### DIRECTIONS FOR THIS TASK
Transcribe exactly each line of the entries, from the opening line to the line with "f 787 169 776", with both of those lines included.

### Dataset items
------------------------------------------------------------------------

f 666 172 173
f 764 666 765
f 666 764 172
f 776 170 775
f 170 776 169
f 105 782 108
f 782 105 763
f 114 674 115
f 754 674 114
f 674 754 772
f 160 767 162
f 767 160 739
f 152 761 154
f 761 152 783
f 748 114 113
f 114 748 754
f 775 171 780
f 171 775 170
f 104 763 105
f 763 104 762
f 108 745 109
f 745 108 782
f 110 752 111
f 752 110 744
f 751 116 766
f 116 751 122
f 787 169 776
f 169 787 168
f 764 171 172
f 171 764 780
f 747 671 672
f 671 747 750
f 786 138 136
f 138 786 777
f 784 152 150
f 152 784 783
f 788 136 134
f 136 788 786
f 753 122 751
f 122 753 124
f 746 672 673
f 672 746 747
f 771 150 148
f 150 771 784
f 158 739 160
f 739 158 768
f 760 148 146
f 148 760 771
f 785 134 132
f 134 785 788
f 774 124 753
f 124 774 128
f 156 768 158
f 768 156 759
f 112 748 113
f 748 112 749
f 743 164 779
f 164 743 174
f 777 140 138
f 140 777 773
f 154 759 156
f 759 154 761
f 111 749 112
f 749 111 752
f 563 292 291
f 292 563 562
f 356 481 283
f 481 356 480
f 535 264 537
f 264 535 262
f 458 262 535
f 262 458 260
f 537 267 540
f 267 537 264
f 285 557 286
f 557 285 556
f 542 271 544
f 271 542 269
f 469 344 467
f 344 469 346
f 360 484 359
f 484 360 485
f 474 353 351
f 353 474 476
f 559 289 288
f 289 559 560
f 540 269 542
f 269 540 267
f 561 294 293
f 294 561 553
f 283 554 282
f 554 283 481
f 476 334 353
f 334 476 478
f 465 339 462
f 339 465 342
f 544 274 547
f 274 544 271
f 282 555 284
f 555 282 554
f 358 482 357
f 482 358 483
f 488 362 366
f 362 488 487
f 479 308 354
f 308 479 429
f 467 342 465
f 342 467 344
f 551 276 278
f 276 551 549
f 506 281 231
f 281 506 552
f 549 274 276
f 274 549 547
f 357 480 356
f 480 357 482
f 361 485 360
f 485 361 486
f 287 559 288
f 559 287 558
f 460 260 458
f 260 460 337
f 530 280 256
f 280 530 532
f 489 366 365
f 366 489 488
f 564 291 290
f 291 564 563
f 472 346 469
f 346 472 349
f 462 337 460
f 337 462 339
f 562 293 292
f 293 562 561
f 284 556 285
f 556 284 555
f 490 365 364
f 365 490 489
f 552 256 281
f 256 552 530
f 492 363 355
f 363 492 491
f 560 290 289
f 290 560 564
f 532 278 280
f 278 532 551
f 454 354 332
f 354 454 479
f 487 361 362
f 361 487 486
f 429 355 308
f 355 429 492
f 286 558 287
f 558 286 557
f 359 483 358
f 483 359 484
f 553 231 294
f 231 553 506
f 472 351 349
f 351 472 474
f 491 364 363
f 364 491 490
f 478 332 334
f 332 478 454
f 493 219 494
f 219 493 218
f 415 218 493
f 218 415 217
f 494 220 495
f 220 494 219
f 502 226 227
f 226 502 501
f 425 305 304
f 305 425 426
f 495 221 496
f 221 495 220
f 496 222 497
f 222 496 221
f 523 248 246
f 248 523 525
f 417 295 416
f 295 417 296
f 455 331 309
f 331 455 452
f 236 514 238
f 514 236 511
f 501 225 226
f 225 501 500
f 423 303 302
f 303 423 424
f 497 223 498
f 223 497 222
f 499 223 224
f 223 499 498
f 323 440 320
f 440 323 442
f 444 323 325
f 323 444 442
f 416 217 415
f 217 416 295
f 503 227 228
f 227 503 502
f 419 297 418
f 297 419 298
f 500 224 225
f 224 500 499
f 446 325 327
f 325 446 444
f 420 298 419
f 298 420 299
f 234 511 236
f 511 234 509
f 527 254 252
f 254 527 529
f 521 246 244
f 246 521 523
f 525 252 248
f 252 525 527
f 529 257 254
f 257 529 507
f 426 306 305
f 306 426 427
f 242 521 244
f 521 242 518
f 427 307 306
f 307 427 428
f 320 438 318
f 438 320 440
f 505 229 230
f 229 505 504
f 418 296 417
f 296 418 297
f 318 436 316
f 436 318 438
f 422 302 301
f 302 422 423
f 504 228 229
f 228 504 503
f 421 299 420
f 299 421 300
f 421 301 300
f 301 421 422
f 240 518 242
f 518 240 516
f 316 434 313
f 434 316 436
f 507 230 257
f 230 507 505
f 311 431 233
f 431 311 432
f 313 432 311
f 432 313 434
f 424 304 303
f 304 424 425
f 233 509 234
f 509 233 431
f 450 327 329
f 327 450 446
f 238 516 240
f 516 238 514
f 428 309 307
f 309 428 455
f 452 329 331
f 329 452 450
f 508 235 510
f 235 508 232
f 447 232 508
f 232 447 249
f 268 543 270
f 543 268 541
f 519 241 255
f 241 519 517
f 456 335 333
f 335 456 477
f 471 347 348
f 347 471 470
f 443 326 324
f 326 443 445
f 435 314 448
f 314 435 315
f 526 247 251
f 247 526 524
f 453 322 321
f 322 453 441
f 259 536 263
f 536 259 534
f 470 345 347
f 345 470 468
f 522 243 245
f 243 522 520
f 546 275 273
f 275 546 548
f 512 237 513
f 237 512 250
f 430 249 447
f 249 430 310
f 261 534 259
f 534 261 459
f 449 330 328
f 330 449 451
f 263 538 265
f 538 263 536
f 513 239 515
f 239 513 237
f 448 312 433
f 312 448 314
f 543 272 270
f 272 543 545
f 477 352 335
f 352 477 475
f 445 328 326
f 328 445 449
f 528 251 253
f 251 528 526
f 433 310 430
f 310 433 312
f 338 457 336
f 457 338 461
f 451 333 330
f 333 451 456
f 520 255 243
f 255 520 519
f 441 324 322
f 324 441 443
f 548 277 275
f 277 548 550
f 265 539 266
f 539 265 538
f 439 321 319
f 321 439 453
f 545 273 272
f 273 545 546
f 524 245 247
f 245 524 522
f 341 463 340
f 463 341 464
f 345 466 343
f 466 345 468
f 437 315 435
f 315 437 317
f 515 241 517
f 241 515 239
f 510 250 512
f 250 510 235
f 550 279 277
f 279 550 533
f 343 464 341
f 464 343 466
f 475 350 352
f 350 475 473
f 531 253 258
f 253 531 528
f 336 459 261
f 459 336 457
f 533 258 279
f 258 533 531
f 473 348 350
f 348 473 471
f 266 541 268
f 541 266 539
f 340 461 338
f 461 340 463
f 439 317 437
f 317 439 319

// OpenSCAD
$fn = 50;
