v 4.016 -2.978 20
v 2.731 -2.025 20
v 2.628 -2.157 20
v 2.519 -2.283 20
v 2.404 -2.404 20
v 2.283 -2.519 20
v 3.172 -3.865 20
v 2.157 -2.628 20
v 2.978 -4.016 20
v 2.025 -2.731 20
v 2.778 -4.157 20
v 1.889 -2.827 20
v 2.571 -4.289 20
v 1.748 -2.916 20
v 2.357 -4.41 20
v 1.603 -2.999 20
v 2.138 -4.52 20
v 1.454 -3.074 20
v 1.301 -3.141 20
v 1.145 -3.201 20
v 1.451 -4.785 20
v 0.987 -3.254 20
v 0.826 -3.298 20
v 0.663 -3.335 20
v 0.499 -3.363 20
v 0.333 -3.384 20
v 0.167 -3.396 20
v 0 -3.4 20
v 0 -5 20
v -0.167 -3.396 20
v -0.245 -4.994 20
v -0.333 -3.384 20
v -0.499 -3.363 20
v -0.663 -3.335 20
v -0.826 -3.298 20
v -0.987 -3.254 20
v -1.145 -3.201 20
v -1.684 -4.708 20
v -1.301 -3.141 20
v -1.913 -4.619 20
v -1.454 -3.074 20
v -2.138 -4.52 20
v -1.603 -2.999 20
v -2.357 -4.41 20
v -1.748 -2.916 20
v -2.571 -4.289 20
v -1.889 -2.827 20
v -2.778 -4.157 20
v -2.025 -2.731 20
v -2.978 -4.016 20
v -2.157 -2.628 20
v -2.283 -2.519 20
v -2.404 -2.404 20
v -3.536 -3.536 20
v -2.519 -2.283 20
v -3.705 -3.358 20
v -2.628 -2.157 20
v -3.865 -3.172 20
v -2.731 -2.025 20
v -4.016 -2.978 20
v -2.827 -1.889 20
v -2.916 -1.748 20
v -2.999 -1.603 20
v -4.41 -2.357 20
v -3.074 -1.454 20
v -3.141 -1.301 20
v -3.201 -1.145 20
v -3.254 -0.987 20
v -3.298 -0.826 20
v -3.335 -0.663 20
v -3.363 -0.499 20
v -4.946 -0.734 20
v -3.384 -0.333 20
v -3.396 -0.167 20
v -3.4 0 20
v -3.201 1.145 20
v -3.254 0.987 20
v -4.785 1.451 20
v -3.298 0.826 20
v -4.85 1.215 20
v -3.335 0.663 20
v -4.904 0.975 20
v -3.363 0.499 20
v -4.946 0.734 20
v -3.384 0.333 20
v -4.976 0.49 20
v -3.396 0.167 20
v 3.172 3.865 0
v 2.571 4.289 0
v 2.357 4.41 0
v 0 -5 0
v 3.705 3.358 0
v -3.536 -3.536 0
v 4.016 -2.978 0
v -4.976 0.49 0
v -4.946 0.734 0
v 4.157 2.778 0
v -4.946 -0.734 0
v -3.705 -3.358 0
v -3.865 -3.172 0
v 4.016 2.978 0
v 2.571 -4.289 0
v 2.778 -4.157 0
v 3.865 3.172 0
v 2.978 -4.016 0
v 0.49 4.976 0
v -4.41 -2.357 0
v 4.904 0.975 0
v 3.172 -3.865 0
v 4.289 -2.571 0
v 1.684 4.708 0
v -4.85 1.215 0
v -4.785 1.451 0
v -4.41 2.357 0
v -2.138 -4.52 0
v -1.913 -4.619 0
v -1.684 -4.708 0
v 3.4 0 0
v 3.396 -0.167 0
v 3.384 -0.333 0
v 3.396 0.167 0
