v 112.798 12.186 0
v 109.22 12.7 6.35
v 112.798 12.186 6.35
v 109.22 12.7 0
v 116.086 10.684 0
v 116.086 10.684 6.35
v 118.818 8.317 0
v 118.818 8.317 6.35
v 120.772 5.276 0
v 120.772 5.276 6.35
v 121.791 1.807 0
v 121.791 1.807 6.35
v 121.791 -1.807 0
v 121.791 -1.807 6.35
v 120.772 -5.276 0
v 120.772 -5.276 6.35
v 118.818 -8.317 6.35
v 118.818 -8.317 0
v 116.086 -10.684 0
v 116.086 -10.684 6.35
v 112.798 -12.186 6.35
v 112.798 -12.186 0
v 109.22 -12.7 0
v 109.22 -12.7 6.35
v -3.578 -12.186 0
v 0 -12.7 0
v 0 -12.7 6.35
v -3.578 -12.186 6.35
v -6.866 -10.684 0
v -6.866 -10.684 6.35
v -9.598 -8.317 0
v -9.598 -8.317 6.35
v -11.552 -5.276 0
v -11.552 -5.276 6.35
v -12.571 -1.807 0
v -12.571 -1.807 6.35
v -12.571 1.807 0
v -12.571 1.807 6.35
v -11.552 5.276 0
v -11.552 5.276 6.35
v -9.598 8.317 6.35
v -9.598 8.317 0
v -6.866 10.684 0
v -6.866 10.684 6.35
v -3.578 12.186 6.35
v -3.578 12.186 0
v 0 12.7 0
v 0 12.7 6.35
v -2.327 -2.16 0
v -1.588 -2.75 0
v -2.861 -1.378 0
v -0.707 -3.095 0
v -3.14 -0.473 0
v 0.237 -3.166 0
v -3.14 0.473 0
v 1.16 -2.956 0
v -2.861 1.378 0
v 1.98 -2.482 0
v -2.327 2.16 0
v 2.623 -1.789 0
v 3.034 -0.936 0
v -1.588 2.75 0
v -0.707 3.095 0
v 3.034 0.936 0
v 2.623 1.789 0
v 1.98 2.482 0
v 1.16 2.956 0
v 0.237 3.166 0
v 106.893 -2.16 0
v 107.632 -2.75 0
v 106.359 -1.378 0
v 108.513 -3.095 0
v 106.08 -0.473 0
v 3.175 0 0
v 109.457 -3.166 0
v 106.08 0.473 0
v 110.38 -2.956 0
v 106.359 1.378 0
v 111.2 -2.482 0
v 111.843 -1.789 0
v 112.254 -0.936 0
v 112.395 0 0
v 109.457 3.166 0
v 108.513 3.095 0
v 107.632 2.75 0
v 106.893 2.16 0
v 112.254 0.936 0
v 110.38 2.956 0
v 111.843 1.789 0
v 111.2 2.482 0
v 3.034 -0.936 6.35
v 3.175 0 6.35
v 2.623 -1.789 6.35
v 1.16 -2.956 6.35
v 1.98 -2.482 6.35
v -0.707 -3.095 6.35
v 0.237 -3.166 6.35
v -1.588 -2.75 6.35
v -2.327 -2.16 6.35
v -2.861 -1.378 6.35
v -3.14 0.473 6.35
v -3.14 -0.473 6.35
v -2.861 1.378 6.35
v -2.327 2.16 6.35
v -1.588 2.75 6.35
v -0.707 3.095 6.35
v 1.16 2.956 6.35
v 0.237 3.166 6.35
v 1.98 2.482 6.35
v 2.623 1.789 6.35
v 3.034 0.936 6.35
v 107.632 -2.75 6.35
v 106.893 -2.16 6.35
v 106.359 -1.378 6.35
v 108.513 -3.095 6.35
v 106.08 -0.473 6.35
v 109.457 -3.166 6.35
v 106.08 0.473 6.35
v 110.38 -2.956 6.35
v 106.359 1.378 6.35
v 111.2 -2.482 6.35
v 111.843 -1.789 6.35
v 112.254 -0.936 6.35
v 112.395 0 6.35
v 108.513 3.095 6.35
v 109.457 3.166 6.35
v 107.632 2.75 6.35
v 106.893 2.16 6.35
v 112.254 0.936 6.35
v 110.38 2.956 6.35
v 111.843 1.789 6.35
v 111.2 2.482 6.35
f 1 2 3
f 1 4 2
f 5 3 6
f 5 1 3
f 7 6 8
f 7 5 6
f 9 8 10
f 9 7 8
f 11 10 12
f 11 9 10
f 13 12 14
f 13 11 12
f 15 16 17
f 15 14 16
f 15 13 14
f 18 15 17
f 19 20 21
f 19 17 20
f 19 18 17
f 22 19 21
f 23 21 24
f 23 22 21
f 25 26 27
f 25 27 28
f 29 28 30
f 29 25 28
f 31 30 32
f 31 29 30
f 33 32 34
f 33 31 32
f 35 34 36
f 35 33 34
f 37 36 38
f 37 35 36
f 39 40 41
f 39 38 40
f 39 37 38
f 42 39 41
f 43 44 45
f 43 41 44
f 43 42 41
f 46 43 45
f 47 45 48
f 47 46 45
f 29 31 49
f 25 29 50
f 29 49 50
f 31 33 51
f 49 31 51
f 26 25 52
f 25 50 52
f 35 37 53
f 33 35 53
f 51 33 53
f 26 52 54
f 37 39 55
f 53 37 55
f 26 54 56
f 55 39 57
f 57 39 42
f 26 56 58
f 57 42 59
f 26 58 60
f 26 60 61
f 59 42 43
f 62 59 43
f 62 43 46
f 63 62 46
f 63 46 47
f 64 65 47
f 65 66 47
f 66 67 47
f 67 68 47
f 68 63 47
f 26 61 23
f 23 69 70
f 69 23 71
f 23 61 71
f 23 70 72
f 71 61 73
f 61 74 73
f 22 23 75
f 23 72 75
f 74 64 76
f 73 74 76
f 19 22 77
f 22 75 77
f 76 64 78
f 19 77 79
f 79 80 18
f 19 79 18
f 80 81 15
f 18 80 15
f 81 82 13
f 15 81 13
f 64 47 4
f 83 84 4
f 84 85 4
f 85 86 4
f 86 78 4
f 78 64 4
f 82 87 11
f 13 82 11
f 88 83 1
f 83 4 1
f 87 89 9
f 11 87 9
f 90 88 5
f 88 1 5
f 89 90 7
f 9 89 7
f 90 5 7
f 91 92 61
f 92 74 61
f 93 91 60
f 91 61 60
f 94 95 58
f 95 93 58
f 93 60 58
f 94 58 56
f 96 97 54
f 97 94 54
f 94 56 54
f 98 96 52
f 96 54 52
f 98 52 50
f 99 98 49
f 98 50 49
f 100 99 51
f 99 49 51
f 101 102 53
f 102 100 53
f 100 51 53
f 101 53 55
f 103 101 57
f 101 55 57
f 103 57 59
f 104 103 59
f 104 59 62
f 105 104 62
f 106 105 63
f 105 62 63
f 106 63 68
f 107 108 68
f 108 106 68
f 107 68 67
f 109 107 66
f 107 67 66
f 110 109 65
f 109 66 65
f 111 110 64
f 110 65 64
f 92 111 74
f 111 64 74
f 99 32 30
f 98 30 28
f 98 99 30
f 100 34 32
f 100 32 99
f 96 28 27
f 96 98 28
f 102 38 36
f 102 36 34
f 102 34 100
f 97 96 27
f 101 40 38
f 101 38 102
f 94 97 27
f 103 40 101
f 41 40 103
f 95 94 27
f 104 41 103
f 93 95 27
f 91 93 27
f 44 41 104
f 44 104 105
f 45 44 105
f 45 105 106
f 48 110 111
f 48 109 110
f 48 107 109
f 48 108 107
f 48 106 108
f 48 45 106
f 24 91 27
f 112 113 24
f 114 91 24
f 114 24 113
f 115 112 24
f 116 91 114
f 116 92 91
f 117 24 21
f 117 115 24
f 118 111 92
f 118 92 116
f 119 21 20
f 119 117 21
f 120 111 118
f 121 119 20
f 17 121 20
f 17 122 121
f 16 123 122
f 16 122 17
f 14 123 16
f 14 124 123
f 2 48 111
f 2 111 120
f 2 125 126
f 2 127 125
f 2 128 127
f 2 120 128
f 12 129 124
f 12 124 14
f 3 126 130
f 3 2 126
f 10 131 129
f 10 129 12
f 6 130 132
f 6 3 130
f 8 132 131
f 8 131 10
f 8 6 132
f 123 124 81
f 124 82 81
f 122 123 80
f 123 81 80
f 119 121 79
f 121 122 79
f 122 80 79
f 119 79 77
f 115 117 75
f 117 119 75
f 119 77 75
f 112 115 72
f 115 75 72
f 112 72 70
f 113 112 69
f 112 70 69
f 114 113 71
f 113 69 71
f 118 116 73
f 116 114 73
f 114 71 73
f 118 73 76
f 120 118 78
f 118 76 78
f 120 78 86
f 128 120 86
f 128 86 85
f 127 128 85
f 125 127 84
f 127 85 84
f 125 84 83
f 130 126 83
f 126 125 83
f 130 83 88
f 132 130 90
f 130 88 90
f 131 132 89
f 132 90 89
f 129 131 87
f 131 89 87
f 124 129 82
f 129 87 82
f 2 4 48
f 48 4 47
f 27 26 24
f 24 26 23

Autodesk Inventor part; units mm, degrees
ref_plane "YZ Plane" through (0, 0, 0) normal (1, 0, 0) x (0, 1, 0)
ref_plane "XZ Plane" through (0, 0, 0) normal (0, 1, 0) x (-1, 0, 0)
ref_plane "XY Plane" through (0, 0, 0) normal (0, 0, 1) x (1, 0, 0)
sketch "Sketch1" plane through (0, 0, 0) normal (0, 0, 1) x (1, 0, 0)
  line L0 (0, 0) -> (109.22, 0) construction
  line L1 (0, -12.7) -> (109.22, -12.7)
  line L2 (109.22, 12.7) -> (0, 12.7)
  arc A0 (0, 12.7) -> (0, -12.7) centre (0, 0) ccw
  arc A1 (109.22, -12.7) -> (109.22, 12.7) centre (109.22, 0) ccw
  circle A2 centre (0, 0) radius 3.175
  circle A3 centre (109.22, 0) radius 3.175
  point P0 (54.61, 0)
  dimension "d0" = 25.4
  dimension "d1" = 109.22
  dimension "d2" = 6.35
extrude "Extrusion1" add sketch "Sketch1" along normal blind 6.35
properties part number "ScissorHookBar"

------------------------------------------------------------------------

### COMPLETED TASK
f 666 172 173
f 764 666 765
f 666 764 172
f 776 170 775
f 170 776 169
f 105 782 108
f 782 105 763
f 114 674 115
f 754 674 114
f 674 754 772
f 160 767 162
f 767 160 739
f 152 761 154
f 761 152 783
f 748 114 113
f 114 748 754
f 775 171 780
f 171 775 170
f 104 763 105
f 763 104 762
f 108 745 109
f 745 108 782
f 110 752 111
f 752 110 744
f 751 116 766
f 116 751 122
f 787 169 776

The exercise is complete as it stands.